The **\$readmemh** system task expects the content of the named file to be a sequence of hexadecimal numbers, separated by spaces or line breaks. Similarly, **\$readmemb** expects the file to contain a sequence of binary numbers. Thus, the file rom.data specified in the above example could contain the data

00000 0126F 017C0 A0018 10009 2667A 30115 00000

Values are read from the file into successive elements of the specified variable until either the end of the file is reached or all elements of the variable are loaded.

#### Programmable ROMs

ROMs in which the contents are manufactured into the memory are suitable for applications where the number of manufactured parts is high and where we are sure that the contents will not need to change over the lifetime of the product. In other applications, we would prefer to be able to revise the ROM contents from time to time, or to use a form of ROM with lower costs for low-volume production. A *programmable ROM* (PROM) meets these requirements. It is manufactured as a separately packaged chip with no content stored in its memory cells. The memory contents are programmed into the cells after manufacture, either using a special programming device before the chip is assembled into a system, or using special programming circuits when the chip is in the final system.
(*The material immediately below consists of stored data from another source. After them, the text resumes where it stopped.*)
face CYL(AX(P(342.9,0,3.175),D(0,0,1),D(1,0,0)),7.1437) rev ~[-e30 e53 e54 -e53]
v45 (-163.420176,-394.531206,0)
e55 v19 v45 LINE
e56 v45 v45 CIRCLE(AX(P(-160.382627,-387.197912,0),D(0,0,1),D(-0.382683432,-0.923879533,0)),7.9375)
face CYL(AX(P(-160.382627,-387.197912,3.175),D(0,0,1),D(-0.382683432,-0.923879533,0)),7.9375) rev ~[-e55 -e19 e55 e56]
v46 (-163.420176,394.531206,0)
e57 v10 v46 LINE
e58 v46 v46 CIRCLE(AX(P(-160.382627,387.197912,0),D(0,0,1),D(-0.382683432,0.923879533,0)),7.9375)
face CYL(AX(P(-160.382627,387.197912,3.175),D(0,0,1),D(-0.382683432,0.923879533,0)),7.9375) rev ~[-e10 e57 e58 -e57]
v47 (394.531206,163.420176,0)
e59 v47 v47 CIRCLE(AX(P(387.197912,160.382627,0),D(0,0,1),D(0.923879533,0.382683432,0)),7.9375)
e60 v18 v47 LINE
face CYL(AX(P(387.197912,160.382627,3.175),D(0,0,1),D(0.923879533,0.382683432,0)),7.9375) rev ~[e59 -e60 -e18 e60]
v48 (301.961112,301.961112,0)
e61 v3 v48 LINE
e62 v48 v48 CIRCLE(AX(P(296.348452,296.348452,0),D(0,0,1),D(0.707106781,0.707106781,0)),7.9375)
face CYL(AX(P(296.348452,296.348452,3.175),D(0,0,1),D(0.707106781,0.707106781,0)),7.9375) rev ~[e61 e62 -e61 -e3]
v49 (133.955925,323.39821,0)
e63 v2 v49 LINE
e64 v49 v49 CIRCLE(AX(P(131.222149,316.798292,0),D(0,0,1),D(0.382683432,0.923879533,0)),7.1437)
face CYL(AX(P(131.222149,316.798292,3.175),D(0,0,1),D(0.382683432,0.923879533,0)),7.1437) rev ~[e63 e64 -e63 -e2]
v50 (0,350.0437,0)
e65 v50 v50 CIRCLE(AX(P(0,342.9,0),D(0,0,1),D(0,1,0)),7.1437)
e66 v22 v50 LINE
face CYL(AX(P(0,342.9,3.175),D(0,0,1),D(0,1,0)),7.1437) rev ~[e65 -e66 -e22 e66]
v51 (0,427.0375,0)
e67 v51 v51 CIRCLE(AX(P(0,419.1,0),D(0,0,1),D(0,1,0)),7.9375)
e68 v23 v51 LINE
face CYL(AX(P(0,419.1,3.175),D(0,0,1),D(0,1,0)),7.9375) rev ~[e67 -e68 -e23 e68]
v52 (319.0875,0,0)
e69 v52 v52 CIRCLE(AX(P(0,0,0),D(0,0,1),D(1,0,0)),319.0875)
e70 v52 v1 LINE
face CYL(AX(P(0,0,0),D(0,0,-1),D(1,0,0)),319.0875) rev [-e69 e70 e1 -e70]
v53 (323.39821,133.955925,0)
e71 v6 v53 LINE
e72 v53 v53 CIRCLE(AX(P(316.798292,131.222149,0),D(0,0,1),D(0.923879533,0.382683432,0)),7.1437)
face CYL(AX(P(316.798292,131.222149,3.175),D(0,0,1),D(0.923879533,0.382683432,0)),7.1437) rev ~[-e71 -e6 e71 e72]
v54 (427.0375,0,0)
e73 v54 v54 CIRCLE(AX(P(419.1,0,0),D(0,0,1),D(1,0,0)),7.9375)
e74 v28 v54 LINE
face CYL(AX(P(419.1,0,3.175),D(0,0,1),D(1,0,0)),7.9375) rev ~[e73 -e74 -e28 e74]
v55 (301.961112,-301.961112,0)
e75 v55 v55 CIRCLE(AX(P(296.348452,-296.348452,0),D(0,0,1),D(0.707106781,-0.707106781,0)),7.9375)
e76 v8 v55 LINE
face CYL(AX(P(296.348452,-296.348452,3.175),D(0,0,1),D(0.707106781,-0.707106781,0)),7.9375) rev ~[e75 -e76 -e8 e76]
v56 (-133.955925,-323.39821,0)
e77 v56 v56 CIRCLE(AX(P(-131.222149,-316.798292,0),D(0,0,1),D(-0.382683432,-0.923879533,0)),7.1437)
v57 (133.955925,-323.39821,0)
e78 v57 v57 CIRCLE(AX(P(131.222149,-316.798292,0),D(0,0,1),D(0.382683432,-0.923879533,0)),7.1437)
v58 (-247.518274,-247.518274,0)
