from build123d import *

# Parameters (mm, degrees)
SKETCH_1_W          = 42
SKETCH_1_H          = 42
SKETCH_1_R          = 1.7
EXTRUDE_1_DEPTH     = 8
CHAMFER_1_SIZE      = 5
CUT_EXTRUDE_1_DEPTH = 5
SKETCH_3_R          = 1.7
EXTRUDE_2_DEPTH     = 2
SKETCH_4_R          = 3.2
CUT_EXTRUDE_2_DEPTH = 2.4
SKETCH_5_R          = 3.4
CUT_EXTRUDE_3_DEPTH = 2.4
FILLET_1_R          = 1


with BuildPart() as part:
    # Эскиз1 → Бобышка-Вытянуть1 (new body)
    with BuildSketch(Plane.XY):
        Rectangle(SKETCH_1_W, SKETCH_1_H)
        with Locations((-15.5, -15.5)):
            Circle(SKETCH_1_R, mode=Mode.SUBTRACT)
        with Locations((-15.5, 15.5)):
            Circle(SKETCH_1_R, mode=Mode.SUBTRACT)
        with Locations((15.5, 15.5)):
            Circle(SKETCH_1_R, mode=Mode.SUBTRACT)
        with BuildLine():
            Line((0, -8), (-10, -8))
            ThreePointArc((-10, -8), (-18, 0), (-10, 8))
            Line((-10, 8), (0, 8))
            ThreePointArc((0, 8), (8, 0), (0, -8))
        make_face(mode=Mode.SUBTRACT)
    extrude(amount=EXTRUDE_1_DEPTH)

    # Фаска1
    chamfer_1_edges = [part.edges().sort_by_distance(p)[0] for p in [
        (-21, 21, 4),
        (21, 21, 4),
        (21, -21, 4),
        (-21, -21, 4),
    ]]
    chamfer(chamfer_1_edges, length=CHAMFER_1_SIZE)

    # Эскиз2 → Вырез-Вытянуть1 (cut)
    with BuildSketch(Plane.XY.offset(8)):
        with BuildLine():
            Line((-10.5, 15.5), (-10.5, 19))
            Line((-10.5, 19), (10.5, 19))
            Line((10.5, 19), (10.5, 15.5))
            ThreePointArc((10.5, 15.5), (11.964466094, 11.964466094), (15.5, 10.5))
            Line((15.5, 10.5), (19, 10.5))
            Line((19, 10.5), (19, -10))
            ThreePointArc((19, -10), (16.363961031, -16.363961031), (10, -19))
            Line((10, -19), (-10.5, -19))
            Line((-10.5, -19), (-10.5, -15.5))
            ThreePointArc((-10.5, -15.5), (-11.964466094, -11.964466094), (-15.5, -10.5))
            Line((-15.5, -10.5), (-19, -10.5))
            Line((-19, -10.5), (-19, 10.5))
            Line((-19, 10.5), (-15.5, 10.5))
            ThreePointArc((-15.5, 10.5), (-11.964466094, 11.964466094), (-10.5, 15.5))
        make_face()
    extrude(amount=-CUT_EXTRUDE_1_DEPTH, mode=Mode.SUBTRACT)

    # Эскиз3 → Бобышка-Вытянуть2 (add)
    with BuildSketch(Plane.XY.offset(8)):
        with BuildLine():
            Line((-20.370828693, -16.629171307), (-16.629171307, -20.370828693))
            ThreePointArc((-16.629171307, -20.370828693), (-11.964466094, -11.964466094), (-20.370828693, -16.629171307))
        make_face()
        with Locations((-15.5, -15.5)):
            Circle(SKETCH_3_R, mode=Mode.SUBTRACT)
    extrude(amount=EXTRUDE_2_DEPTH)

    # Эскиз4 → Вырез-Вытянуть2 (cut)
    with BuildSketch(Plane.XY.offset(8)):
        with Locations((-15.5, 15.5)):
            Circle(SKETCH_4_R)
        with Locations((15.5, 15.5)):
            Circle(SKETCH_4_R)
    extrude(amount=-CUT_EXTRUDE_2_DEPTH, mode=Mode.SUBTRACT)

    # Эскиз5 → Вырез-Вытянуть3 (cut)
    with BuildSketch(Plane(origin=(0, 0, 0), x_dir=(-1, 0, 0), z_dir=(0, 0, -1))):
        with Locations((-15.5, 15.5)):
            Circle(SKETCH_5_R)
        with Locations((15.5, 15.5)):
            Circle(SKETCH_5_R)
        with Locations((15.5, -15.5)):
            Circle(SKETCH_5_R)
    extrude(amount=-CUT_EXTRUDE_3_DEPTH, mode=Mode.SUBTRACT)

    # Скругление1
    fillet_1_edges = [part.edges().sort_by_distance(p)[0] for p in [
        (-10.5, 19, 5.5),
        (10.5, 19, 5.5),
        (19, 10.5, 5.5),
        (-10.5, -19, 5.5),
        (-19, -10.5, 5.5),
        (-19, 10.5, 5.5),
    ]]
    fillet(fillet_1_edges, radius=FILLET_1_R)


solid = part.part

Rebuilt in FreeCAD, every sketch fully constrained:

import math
import FreeCAD as App
import Part
import Sketcher

V = App.Vector
Q = App.Units.Quantity


def edges_at(feature, points):
    """Names of the edges that pass closest to the given points."""
    edges = feature.Shape.Edges
    near = lambda p: min(range(len(edges)), key=lambda i: edges[i].distToShape(Part.Vertex(*p))[0])
    return sorted({f"Edge{near(p) + 1}" for p in points})

doc = App.newDocument("Part")
params = doc.addObject("Spreadsheet::Sheet", "Params")
for row, (alias, value) in enumerate([
    ("sketch1_radius", "8 mm"),
    ("sketch1_diameter", "3.4 mm"),
    ("sketch1_width", "42 mm"),
    ("sketch1_width2", "10 mm"),
    ("pad1_length", "8 mm"),
    ("chamfer_size", "5 mm"),
    ("sketch2_radius", "5 mm"),
    ("sketch2_radius2", "9 mm"),
    ("sketch2_width", "21 mm"),
    ("sketch2_width2", "3.5 mm"),
    ("pocket1_length", "5 mm"),
    ("sketch3_radius", "5 mm"),
    ("sketch3_diameter", "3.4 mm"),
    ("pad2_length", "2 mm"),
    ("sketch4_diameter", "6.4 mm"),
    ("pocket2_length", "2.4 mm"),
    ("sketch5_diameter", "6.8 mm"),
    ("pocket3_length", "2.4 mm"),
    ("fillet_radius", "1 mm"),
], start=1):
    params.set(f"A{row}", alias)
    params.set(f"B{row}", "=" + value)
    params.setAlias(f"B{row}", alias)

body = doc.addObject("PartDesign::Body", "Body")

# Sketch on XY plane
sketch1 = body.newObject("Sketcher::SketchObject", "Sketch")
sketch1.AttachmentSupport = (doc.getObject("XY_Plane"), [""])
sketch1.MapMode = "FlatFace"
sketch1.addGeometry(Part.LineSegment(V(-21, 21, 0), V(-21, -21, 0)), False)
sketch1.addGeometry(Part.LineSegment(V(-21, -21, 0), V(21, -21, 0)), False)
sketch1.addGeometry(Part.LineSegment(V(21, -21, 0), V(21, 21, 0)), False)
sketch1.addGeometry(Part.LineSegment(V(21, 21, 0), V(-21, 21, 0)), False)
sketch1.addGeometry(Part.Circle(V(-15.5, -15.5, 0), V(0, 0, 1), 1.7), False)
sketch1.addGeometry(Part.ArcOfCircle(Part.Circle(V(0, 0, 0), V(0, 0, 1), 8), math.radians(-90), math.radians(90)), False)
sketch1.addGeometry(Part.LineSegment(V(0, -8, 0), V(-10, -8, 0)), False)
sketch1.addGeometry(Part.ArcOfCircle(Part.Circle(V(-10, 0, 0), V(0, 0, 1), 8), math.radians(90), math.radians(270)), False)
sketch1.addGeometry(Part.LineSegment(V(-10, 8, 0), V(0, 8, 0)), False)
sketch1.addGeometry(Part.Circle(V(-15.5, 15.5, 0), V(0, 0, 1), 1.7), False)
sketch1.addGeometry(Part.Circle(V(15.5, 15.5, 0), V(0, 0, 1), 1.7), False)
sketch1.addConstraint(Sketcher.Constraint("Coincident", 0, 2, 1, 1))
sketch1.addConstraint(Sketcher.Constraint("Coincident", 1, 2, 2, 1))
sketch1.addConstraint(Sketcher.Constraint("Coincident", 2, 2, 3, 1))
sketch1.addConstraint(Sketcher.Constraint("Coincident", 3, 2, 0, 1))
sketch1.addConstraint(Sketcher.Constraint("Tangent", 5, 1, 6, 1))
sketch1.addConstraint(Sketcher.Constraint("Tangent", 6, 2, 7, 2))
sketch1.addConstraint(Sketcher.Constraint("Tangent", 7, 1, 8, 1))
sketch1.addConstraint(Sketcher.Constraint("Tangent", 8, 2, 5, 2))
sketch1.addConstraint(Sketcher.Constraint("Vertical", 0))
sketch1.addConstraint(Sketcher.Constraint("Horizontal", 1))
sketch1.addConstraint(Sketcher.Constraint("Vertical", 2))
sketch1.addConstraint(Sketcher.Constraint("Horizontal", 3))
sketch1.addConstraint(Sketcher.Constraint("Horizontal", 6))
sketch1.addConstraint(Sketcher.Constraint("Horizontal", 8))
sketch1.addConstraint(Sketcher.Constraint("Coincident", 5, 3, -1, 1))
sketch1.addConstraint(Sketcher.Constraint("Equal", 4, 9))
sketch1.addConstraint(Sketcher.Constraint("Equal", 9, 10))
sketch1.addConstraint(Sketcher.Constraint("Symmetric", 4, 3, 10, 3, -1, 1))
sketch1.addConstraint(Sketcher.Constraint("Symmetric", 0, 2, 2, 2, -1, 1))
sketch1.addConstraint(Sketcher.Constraint("Symmetric", 9, 3, 10, 3, -2))
sketch1.addConstraint(Sketcher.Constraint("Equal", 3, 0))
sketch1.addConstraint(Sketcher.Constraint("Radius", 5, 8.0))
sketch1.addConstraint(Sketcher.Constraint("Diameter", 4, 3.4))
sketch1.addConstraint(Sketcher.Constraint("DistanceX", 1, 1, 1, 2, 42.0))
sketch1.addConstraint(Sketcher.Constraint("DistanceX", 6, 2, 6, 1, 10.0))
sketch1.addConstraint(Sketcher.Constraint("DistanceY", 4, 3, 9, 3, 31.0))
sketch1.addConstraint(Sketcher.Constraint("DistanceX", 9, 3, 10, 3, 31.0))
sketch1.setExpression("Constraints[21]", "Params.sketch1_radius")
sketch1.setExpression("Constraints[22]", "Params.sketch1_diameter")
sketch1.setExpression("Constraints[23]", "Params.sketch1_width")
sketch1.setExpression("Constraints[24]", "Params.sketch1_width2")
pad1 = body.newObject("PartDesign::Pad", "Pad")
pad1.Profile = sketch1
pad1.setExpression("Length", "Params.pad1_length")
doc.recompute()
There are a number of forms of PROMs. Early PROMs used fusible links to program the memory cells. Once a link was fused, it could not be replaced, so programming could only be done once. These devices are now largely obsolete. They were replaced by PROMs that could be erased, either with ultraviolet light (so called EPROMs), or electrically using a higher-than-normal power-supply voltage (so-called electrically erasable PROMs, or EEPROMs).

#### **Flash Memories**

Most new designs use flash memory, which is a form of electrically erasable programmable ROM. It is organized so that blocks of storage can be erased at once, followed by programming of individual memory locations. A flash memory typically allows only a limited number of erasure and programming operations, typically hundreds of thousands, before the device "wears out." Thus, flash memories are not a suitable replacement for RAMs.

There are two kinds of flash memories, NOR and NAND flash, referring to the organization of the transistors that make up the memory cells. Both kinds are organized as blocks (commonly of 16, 64, 128, or 256Kbytes) that must be erased in whole before being written. In a NOR flash memory, locations can then be written (once per erasure) and read (an arbitrary number of times) in random order. The IC has similar address,

data and control signals to an SRAM and can read data with a comparable access time, making it suitable for use as a program memory for an embedded processor, for storing configuration parameters to be used to control system operation, and for storing configuration information for FPGAs.

In a NAND flash memory, on the other hand, locations are written and read one page at a time, a page being typically 2Kbytes. Read access to a given location would require reading the page containing the location, followed by selection of the required data, taking several microseconds. If all of the locations in a page are required, however, sequential reading is much faster, comparable in time to SRAM. Erasing a block and writing a page of data are significantly slower than SRAM access times. For example, the data sheet for the Micron Technology MT29F16G08FAA 16G bit IC specifies a random read time of 25µs, a sequential read time of 25ns, a block erase time of 1.5ms, and a page write time of 220µs. Given their different access behavior, NAND flash memories have a different interface than SRAMs, making control circuits more involved. The advantage of NAND flash memory is that the density of storage cells is greater than that of NOR flash. Thus, NAND flash chips are better suited to applications in which large amounts of data must be stored cheaply. One of the largest applications of NAND flash memories is in memory cards for consumer devices such as digital cameras. They are also used in USB memory sticks for general purpose computers.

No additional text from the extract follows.